Query Expansion with Enriched User Profiles for Personalized Search Utilizing Folksonomy Data

Query Expansion with Enriched User Profiles for Personalized Search Utilizing Folksonomy Data

ABSTRACT:
Query expansion has been widely adopted in Web search as a way of tackling the ambiguity of queries. Personalized search utilizing folksonomy data has demonstrated an extreme vocabulary mismatch problem that requires even more effective query expansion methods. Co-occurrence statistics, tag-tag relationships and semantic matching approaches are among those favored by previous research. However, user profiles which only contain a user’s past annotation information may not be enough to support the selection of expansion terms, especially for users with limited previous activity with the system. We propose a novel model to construct enriched user profiles with the help of an external corpus for personalized query expansion. Our model integrates the current state-of-the-art text representation learning framework, known as word embeddings, with topic models in two groups of pseudo-aligned documents. Based on user profiles, we build two novel query expansion techniques. These two techniques are based on topical weights-enhanced word embeddings, and the topical relevance between the query and the terms inside a user profile respectively. The results of an in-depth experimental evaluation, performed on two real-world datasets using different external corpora, show that our approach outperforms traditional techniques, including existing non-personalized and personalized query expansion methods.
EXISTING SYSTEM:
  • Researchers have considered tag-tag relationships for personalized QE, by selecting the most related tags from a user’s profile.
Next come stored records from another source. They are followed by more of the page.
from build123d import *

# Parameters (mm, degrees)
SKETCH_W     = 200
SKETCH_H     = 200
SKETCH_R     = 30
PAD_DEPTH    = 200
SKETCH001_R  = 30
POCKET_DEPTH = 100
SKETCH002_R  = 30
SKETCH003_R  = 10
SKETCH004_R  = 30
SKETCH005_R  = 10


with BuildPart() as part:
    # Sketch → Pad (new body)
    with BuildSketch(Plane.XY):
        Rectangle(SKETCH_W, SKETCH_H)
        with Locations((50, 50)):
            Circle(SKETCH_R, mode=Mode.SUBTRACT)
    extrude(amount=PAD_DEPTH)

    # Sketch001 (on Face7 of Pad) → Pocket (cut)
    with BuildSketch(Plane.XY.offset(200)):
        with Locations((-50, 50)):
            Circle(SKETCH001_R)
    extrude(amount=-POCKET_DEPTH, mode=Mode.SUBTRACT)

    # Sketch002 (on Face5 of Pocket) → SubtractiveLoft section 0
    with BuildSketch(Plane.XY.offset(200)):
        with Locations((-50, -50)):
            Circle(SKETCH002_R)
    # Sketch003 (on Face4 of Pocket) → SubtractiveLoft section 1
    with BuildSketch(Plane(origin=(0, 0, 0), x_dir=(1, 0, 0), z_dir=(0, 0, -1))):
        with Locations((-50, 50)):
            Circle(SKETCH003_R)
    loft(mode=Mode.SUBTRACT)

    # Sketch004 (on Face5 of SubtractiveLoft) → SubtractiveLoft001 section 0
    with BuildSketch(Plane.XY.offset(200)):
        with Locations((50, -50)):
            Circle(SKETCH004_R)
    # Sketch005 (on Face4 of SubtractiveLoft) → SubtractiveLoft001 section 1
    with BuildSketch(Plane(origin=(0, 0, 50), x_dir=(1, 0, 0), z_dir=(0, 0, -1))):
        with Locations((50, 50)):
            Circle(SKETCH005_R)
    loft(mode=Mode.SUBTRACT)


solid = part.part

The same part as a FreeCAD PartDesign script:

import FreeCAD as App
import Part
import Sketcher

V = App.Vector

doc = App.newDocument("Part")
body = doc.addObject("PartDesign::Body", "Body")

# Sketch on XY plane
sketch1 = body.newObject("Sketcher::SketchObject", "Sketch")
sketch1.AttachmentSupport = (doc.getObject("XY_Plane"), [""])
sketch1.MapMode = "FlatFace"
sketch1.addGeometry([
    Part.LineSegment(V(-100, 100, 0), V(-100, -100, 0)),  # 0
    Part.LineSegment(V(-100, -100, 0), V(100, -100, 0)),  # 1
    Part.LineSegment(V(100, -100, 0), V(100, 100, 0)),  # 2
    Part.LineSegment(V(100, 100, 0), V(-100, 100, 0)),  # 3
    Part.Circle(V(50, 50, 0), V(0, 0, 1), 30),  # 4
], False)
sketch1.addConstraint([
    Sketcher.Constraint("Coincident", 0, 2, 1, 1),
    Sketcher.Constraint("Coincident", 1, 2, 2, 1),
    Sketcher.Constraint("Coincident", 2, 2, 3, 1),
    Sketcher.Constraint("Coincident", 3, 2, 0, 1),
    Sketcher.Constraint("Vertical", 0),
    Sketcher.Constraint("Horizontal", 1),
    Sketcher.Constraint("Vertical", 2),
    Sketcher.Constraint("Horizontal", 3),
    Sketcher.Constraint("Symmetric", 0, 2, 2, 2, -1, 1),
    Sketcher.Constraint("Equal", 3, 0),
    Sketcher.Constraint("Diameter", 4, 60.0),
    Sketcher.Constraint("DistanceX", 1, 1, 1, 2, 200.0),
    Sketcher.Constraint("DistanceX", -1, 1, 4, 3, 50.0),
    Sketcher.Constraint("DistanceY", -1, 1, 4, 3, 50.0),
])
pad1 = body.newObject("PartDesign::Pad", "Pad")
pad1.Profile = sketch1
pad1.Length = 200

# Sketch on XY plane
sketch2 = body.newObject("Sketcher::SketchObject", "Sketch001")
sketch2.AttachmentSupport = (doc.getObject("XY_Plane"), [""])
sketch2.MapMode = "FlatFace"
sketch2.AttachmentOffset = App.Placement(V(0, 0, 200), App.Rotation())
sketch2.addGeometry(Part.Circle(V(-50, 50, 0), V(0, 0, 1), 30), False)
sketch2.addConstraint([
    Sketcher.Constraint("Diameter", 0, 60.0),
    Sketcher.Constraint("DistanceX", 0, 3, -1, 1, 50.0),
    Sketcher.Constraint("DistanceY", -1, 1, 0, 3, 50.0),
])
pocket1 = body.newObject("PartDesign::Pocket", "Pocket")
pocket1.Profile = sketch2
pocket1.Length = 100

# Sketch on XY plane
sketch3 = body.newObject("Sketcher::SketchObject", "Sketch002")
sketch3.AttachmentSupport = (doc.getObject("XY_Plane"), [""])
sketch3.MapMode = "FlatFace"
sketch3.AttachmentOffset = App.Placement(V(0, 0, 200), App.Rotation())
sketch3.addGeometry(Part.Circle(V(-50, -50, 0), V(0, 0, 1), 30), False)
sketch3.addConstraint([
    Sketcher.Constraint("Diameter", 0, 60.0),
    Sketcher.Constraint("DistanceX", 0, 3, -1, 1, 50.0),
    Sketcher.Constraint("DistanceY", 0, 3, -1, 1, 50.0),
])

# Sketch on XY plane
sketch4 = body.newObject("Sketcher::SketchObject", "Sketch003")
sketch4.AttachmentSupport = (doc.getObject("XY_Plane"), [""])
sketch4.MapMode = "FlatFace"
sketch4.addGeometry(Part.Circle(V(-50, -50, 0), V(0, 0, 1), 10), False)
sketch4.addConstraint([
    Sketcher.Constraint("Diameter", 0, 20.0),
    Sketcher.Constraint("DistanceX", 0, 3, -1, 1, 50.0),
    Sketcher.Constraint("DistanceY", 0, 3, -1, 1, 50.0),
])

subtractiveloft = body.newObject("PartDesign::SubtractiveLoft", "SubtractiveLoft")
subtractiveloft.Profile = sketch3
subtractiveloft.Sections = [sketch4]

# Sketch on XY plane
sketch5 = body.newObject("Sketcher::SketchObject", "Sketch004")
sketch5.AttachmentSupport = (doc.getObject("XY_Plane"), [""])
sketch5.MapMode = "FlatFace"
sketch5.AttachmentOffset = App.Placement(V(0, 0, 200), App.Rotation())
sketch5.addGeometry(Part.Circle(V(50, -50, 0), V(0, 0, 1), 30), False)
sketch5.addConstraint([
    Sketcher.Constraint("Diameter", 0, 60.0),
    Sketcher.Constraint("DistanceX", -1, 1, 0, 3, 50.0),
    Sketcher.Constraint("DistanceY", 0, 3, -1, 1, 50.0),
])

# Sketch on XY plane
sketch6 = body.newObject("Sketcher::SketchObject", "Sketch005")
sketch6.AttachmentSupport = (doc.getObject("XY_Plane"), [""])
sketch6.MapMode = "FlatFace"
sketch6.AttachmentOffset = App.Placement(V(0, 0, 50), App.Rotation())
sketch6.addGeometry(Part.Circle(V(50, -50, 0), V(0, 0, 1), 10), False)
sketch6.addConstraint([
    Sketcher.Constraint("Diameter", 0, 20.0),
    Sketcher.Constraint("DistanceX", -1, 1, 0, 3, 50.0),
    Sketcher.Constraint("DistanceY", 0, 3, -1, 1, 50.0),
])

subtractiveloft2 = body.newObject("PartDesign::SubtractiveLoft", "SubtractiveLoft001")
subtractiveloft2.Profile = sketch5
subtractiveloft2.Sections = [sketch6]

doc.recompute()
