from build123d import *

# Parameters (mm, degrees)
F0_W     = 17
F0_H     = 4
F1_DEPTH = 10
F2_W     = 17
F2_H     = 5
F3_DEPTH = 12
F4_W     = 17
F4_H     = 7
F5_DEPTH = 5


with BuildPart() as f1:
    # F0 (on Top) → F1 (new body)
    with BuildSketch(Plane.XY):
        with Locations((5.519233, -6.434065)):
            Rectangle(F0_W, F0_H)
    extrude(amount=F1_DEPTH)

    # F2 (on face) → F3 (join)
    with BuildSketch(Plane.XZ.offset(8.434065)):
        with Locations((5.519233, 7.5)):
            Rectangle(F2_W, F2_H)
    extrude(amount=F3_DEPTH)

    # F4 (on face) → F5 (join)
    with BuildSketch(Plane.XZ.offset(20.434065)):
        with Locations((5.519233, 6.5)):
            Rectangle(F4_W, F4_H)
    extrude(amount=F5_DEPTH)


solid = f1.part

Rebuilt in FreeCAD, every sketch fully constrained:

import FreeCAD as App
import Part
import Sketcher

V = App.Vector
Q = App.Units.Quantity


def add_polygon(sketch, points):
    """Adds a closed chain of lines whose ends are joined by coincident constraints."""
    first, n = sketch.GeometryCount, len(points)
    for a, b in zip(points, points[1:] + points[:1]):
        sketch.addGeometry(Part.LineSegment(App.Vector(*a, 0), App.Vector(*b, 0)), False)
    for i in range(n):
        sketch.addConstraint(Sketcher.Constraint("Coincident", first + i, 2, first + (i + 1) % n, 1))

doc = App.newDocument("Part")
body = doc.addObject("PartDesign::Body", "Body")

# Sketch on XY plane
sketch1 = doc.addObject("Sketcher::SketchObject", "Sketch")
body.addObject(sketch1)
sketch1.AttachmentSupport = (doc.XY_Plane, [""])
sketch1.MapMode = "FlatFace"
add_polygon(sketch1, [(-3, -4.4), (-3, -8.4), (14, -8.4), (14, -4.4)])  # lines 0-3
sketch1.addConstraint([
    Sketcher.Constraint("Vertical", 0),
    Sketcher.Constraint("Horizontal", 1),
    Sketcher.Constraint("Vertical", 2),
    Sketcher.Constraint("Horizontal", 3),
    Sketcher.Constraint("DistanceX", 1, 1, 1, 2, Q("17 mm")),
    Sketcher.Constraint("DistanceY", 0, 2, 0, 1, Q("4 mm")),
    Sketcher.Constraint("DistanceX", 0, 2, -1, 1, Q("2.980767 mm")),
    Sketcher.Constraint("DistanceY", 0, 2, -1, 1, Q("8.434065 mm")),
])
pad1 = doc.addObject("PartDesign::Pad", "Pad")
body.addObject(pad1)
pad1.Profile = sketch1
pad1.Length = 10

# Sketch on XZ plane
sketch2 = doc.addObject("Sketcher::SketchObject", "Sketch001")
body.addObject(sketch2)
sketch2.AttachmentSupport = (doc.XZ_Plane, [""])
sketch2.MapMode = "FlatFace"
sketch2.AttachmentOffset = App.Placement(V(0, 0, 8.434065), App.Rotation())
add_polygon(sketch2, [(-3, 10), (-3, 5), (14, 5), (14, 10)])  # lines 0-3
sketch2.addConstraint([
    Sketcher.Constraint("Vertical", 0),
    Sketcher.Constraint("Horizontal", 1),
    Sketcher.Constraint("Vertical", 2),
    Sketcher.Constraint("Horizontal", 3),
    Sketcher.Constraint("DistanceX", 1, 1, 1, 2, Q("17 mm")),
    Sketcher.Constraint("DistanceY", 0, 2, 0, 1, Q("5 mm")),
    Sketcher.Constraint("DistanceY", -1, 1, 0, 2, Q("5 mm")),
    Sketcher.Constraint("DistanceX", 0, 2, -1, 1, Q("2.980767 mm")),
])
pad2 = doc.addObject("PartDesign::Pad", "Pad001")
body.addObject(pad2)
pad2.Profile = sketch2
pad2.Length = 12

# Sketch on XZ plane
sketch3 = doc.addObject("Sketcher::SketchObject", "Sketch002")
body.addObject(sketch3)
sketch3.AttachmentSupport = (doc.XZ_Plane, [""])
sketch3.MapMode = "FlatFace"
sketch3.AttachmentOffset = App.Placement(V(0, 0, 20.434065), App.Rotation())
add_polygon(sketch3, [(-3, 10), (-3, 3), (14, 3), (14, 10)])  # lines 0-3
sketch3.addConstraint([
    Sketcher.Constraint("Vertical", 0),
    Sketcher.Constraint("Horizontal", 1),
    Sketcher.Constraint("Vertical", 2),
    Sketcher.Constraint("Horizontal", 3),
    Sketcher.Constraint("DistanceX", 1, 1, 1, 2, Q("17 mm")),
    Sketcher.Constraint("DistanceY", 0, 2, 0, 1, Q("7 mm")),
    Sketcher.Constraint("DistanceY", -1, 1, 0, 2, Q("3 mm")),
    Sketcher.Constraint("DistanceX", 0, 2, -1, 1, Q("2.980767 mm")),
])
pad3 = doc.addObject("PartDesign::Pad", "Pad002")
body.addObject(pad3)
pad3.Profile = sketch3
pad3.Length = 5

doc.recompute()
However, tags might not be precise descriptions of web pages, and as a result the retrieval performance of this QE approach is somewhat disappointing. Local analysis and co-occurrence based user profile representation have also been adopted to expand the query according to a user’s interaction with the system.
  • It is worth noting that, folksonomy data are not used as a test bed as in other approaches, but rather used as an external source of information from which to extract semantic classes that are added to web search results. Moreover, terms in this approach are still based on co-occurrence statistics rather than semantic relatedness.
  • Zhou et al. proposed a personalized QE framework based on the semantic relatedness of terms inside individual user profiles. A statistical tag-topic model is created to deduce latent topics from the user’s tags and tagged documents. This model is then used to identify the most relevant terms in the user model to the user’s query and then use those terms to expand the query.
DISADVANTAGES OF EXISTING SYSTEM:
  • User profiles which contain only a user’s past annotation information may not be enough to support the effective selection of expansion terms, especially for users who have had limited previous activity with the system.
  • This may “inject” the personality of other users instead of the current user, causing problems like query shift and/or interest shift.
  • Previous personalized QE research either favors tagtag relationships or relies on the co-occurrence statistics of two terms. Given the fact that tags may not constitute precise descriptions of resources, and that methods based on pure lexical matching may miss important semantic information, the retrieval performance is generally unsatisfactory.
PROPOSED SYSTEM:
  • In this paper, we adopt a different approach to personalized QE utilizing folksonomy data. In our approach, the expansion process is based on an enriched user profile, which contains tags and annotations together with documents retrieved from an external corpus. This corpus can be viewed as a knowledge base to enhance the information stored in the user profile.
  • The whole procedure of query adaptation is hidden to the user. It happens in an implicit way based on their choices of tags and the terms used on annotated web pages. We first propose a novel model to build the enriched user profiles. Our model integrates the current state-of-the-art text representation learning framework, known as word embeddings, with topic models in two groups of pseudo-aligned documents between user annotations and documents from the external corpus. We then present two novel QE techniques.
  • The first technique approaches the problem by using topical weights-enhanced WEs to select the best possible expansion terms.
  • The second method is based on the topics learned. It calculates the topical relevance between the query and the terms inside a user profile.
ADVANTAGES OF PROPOSED SYSTEM:
  • We tackle the challenge of personalized QE utilizing folksonomy data in a novel way by integrating latent and deep semantics.
  • We propose a novel model that integrates word embeddings with topic models to construct enriched user profiles with the help of an external corpus.
  • We suggest two novel personalized QE techniques based on topical weights-enhanced word embeddings, and the topical relevance between the query and the terms inside a user profile.
  • The techniques demonstrate significantly better results than previously proposed non-personalized and personalized QE methods.
SYSTEM ARCHITECTURE:
SYSTEM REQUIREMENTS:
HARDWARE REQUIREMENTS: 
  • System : Pentium Dual Core.
  • Hard Disk : 120 GB.
  • Monitor : 15’’ LED
  • Input Devices : Keyboard, Mouse
  • Ram : 1 GB
SOFTWARE REQUIREMENTS: 
  • Operating system : Windows 7.
  • Coding Language : JAVA/J2EE
  • Tool : Eclipse Luna
  • Database : MYSQL
REFERENCE:
Dong Zhou, Xuan Wu, Wenyu Zhao, Séamus Lawless, and Jianxun Liu, “Query Expansion with Enriched User Profiles for Personalized Search Utilizing Folksonomy Data”, IEEE TRANSACTIONS ON KNOWLEDGE AND DATA ENGINEERING, 2017.


Project Cost :  10000

Thanks and Regards,
Mumbai Academics | Airoli 
8097636691 (Gaurav Sir)[Project Manager]
7506234650 (Hema Yadav)[HR]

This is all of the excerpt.